#### PROBLEM TO WORK ON
Please print the entries below exactly, from the line with "#64=ADVANCED_FACE('',(#50,#59),#63,.F.);" through the line with "#75=PLANE('',#54);", including both of those lines and leaving out all others.

#### Saved entries
════════════════

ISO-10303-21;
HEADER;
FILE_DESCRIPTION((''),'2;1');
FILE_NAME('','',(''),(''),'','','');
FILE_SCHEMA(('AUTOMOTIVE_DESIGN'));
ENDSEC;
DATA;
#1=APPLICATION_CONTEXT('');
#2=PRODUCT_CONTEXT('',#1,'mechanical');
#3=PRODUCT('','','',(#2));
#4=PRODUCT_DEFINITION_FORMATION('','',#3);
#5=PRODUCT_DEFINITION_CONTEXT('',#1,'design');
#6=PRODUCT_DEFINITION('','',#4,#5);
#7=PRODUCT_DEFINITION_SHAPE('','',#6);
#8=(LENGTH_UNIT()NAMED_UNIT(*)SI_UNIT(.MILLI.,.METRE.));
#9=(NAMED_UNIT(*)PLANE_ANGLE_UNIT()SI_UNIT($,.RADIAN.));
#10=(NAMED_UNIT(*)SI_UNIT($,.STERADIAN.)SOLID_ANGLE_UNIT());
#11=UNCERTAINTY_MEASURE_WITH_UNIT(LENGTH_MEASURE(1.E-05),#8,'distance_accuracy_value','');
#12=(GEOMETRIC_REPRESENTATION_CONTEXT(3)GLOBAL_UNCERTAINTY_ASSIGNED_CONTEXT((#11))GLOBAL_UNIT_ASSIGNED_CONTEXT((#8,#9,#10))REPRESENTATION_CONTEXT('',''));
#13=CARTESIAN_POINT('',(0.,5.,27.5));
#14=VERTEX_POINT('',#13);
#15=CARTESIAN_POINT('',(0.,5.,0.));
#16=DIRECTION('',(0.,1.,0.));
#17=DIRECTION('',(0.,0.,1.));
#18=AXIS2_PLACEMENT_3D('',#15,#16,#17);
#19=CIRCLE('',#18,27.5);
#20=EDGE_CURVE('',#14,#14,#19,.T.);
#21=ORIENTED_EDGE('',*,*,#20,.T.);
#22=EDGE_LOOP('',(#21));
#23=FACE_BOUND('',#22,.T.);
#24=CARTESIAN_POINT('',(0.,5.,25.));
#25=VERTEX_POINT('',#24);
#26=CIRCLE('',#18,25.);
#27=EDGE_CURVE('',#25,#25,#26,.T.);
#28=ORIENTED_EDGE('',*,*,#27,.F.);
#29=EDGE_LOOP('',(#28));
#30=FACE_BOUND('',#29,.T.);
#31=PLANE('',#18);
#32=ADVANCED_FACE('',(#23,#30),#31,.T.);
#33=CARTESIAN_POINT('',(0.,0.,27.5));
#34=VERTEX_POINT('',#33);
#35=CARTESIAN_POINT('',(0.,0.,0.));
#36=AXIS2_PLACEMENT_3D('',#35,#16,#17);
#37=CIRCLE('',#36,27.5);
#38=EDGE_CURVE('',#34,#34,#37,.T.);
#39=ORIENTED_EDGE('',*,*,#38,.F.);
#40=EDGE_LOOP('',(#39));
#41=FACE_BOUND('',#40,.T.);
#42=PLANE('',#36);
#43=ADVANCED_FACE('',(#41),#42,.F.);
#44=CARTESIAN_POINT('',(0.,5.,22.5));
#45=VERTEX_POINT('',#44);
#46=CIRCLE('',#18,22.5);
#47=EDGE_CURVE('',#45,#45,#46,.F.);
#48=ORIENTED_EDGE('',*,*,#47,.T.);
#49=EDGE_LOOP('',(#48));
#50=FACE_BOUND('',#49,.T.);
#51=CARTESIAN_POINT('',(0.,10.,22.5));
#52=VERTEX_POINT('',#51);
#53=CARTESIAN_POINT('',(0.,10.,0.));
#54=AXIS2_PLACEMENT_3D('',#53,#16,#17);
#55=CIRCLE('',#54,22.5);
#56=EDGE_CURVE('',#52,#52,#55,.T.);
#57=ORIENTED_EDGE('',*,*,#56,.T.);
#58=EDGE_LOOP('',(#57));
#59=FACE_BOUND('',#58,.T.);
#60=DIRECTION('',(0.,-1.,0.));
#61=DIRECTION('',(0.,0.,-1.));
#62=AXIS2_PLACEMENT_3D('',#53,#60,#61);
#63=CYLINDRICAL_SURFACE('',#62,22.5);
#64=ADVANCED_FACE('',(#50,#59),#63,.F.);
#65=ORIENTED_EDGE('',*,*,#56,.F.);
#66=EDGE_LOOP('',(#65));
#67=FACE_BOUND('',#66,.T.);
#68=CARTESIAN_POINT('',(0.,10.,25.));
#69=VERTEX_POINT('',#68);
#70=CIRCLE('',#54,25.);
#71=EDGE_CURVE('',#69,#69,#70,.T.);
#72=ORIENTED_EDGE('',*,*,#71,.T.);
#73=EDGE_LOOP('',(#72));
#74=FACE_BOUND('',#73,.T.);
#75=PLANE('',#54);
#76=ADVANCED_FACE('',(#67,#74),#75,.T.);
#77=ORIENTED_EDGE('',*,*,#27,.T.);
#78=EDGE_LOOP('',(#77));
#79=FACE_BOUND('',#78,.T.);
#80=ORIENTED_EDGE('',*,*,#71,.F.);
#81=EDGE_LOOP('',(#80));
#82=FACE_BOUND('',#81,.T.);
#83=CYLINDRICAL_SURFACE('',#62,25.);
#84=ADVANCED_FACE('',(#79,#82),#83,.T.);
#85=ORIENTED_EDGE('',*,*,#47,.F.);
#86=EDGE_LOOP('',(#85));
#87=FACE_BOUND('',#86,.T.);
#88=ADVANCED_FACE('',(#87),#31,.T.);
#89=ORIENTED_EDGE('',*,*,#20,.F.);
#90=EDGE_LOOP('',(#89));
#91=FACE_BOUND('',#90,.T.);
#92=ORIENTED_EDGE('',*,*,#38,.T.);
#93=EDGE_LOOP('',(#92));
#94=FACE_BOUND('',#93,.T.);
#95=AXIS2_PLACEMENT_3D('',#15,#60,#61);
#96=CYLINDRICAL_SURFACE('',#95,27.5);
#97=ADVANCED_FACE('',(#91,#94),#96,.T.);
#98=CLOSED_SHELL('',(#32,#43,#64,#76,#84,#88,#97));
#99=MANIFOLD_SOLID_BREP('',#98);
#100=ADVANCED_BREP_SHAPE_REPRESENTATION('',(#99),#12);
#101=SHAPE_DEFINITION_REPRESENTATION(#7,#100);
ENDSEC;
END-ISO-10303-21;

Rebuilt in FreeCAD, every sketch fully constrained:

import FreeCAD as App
import Part
import Sketcher
from FreeCAD import Vector

doc = App.newDocument("Part")
body = doc.addObject("PartDesign::Body", "Body")

# Sketch on XZ plane
sketch1 = body.newObject("Sketcher::SketchObject", "Sketch")
sketch1.AttachmentSupport = (doc.getObject("XZ_Plane"), [""])
sketch1.MapMode = "FlatFace"
sketch1.addGeometry(Part.Circle(Vector(0, 0, 0), Vector(0, 0, 1), 28), False)
sketch1.addConstraint([
    Sketcher.Constraint("Coincident", 0, 3, -1, 1),
    Sketcher.Constraint("Diameter", 0, 55.0),
])
pad1 = body.newObject("PartDesign::Pad", "Pad")
pad1.Profile = sketch1
pad1.Length = 5
pad1.Reversed = True

# Sketch on XZ plane
sketch2 = body.newObject("Sketcher::SketchObject", "Sketch001")
sketch2.AttachmentSupport = (doc.getObject("XZ_Plane"), [""])
sketch2.MapMode = "FlatFace"
sketch2.AttachmentOffset = App.Placement(Vector(0, 0, -5), App.Rotation())
sketch2.addGeometry([
    Part.Circle(Vector(0, 0, 0), Vector(0, 0, 1), 25),
    Part.Circle(Vector(0, 0, 0), Vector(0, 0, 1), 22),
], False)
sketch2.addConstraint([
    Sketcher.Constraint("Coincident", 0, 3, -1, 1),
    Sketcher.Constraint("Coincident", 1, 3, -1, 1),
    Sketcher.Constraint("Diameter", 0, 50.0),
    Sketcher.Constraint("Diameter", 1, 45.0),
])
pad2 = body.newObject("PartDesign::Pad", "Pad001")
pad2.Profile = sketch2
pad2.Length = 5
pad2.Reversed = True

doc.recompute()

════════════════

#### ANSWER TO THE EXERCISE
#64=ADVANCED_FACE('',(#50,#59),#63,.F.);
#65=ORIENTED_EDGE('',*,*,#56,.F.);
#66=EDGE_LOOP('',(#65));
#67=FACE_BOUND('',#66,.T.);
#68=CARTESIAN_POINT('',(0.,10.,25.));
#69=VERTEX_POINT('',#68);
#70=CIRCLE('',#54,25.);
#71=EDGE_CURVE('',#69,#69,#70,.T.);
#72=ORIENTED_EDGE('',*,*,#71,.T.);
#73=EDGE_LOOP('',(#72));
#74=FACE_BOUND('',#73,.T.);
#75=PLANE('',#54);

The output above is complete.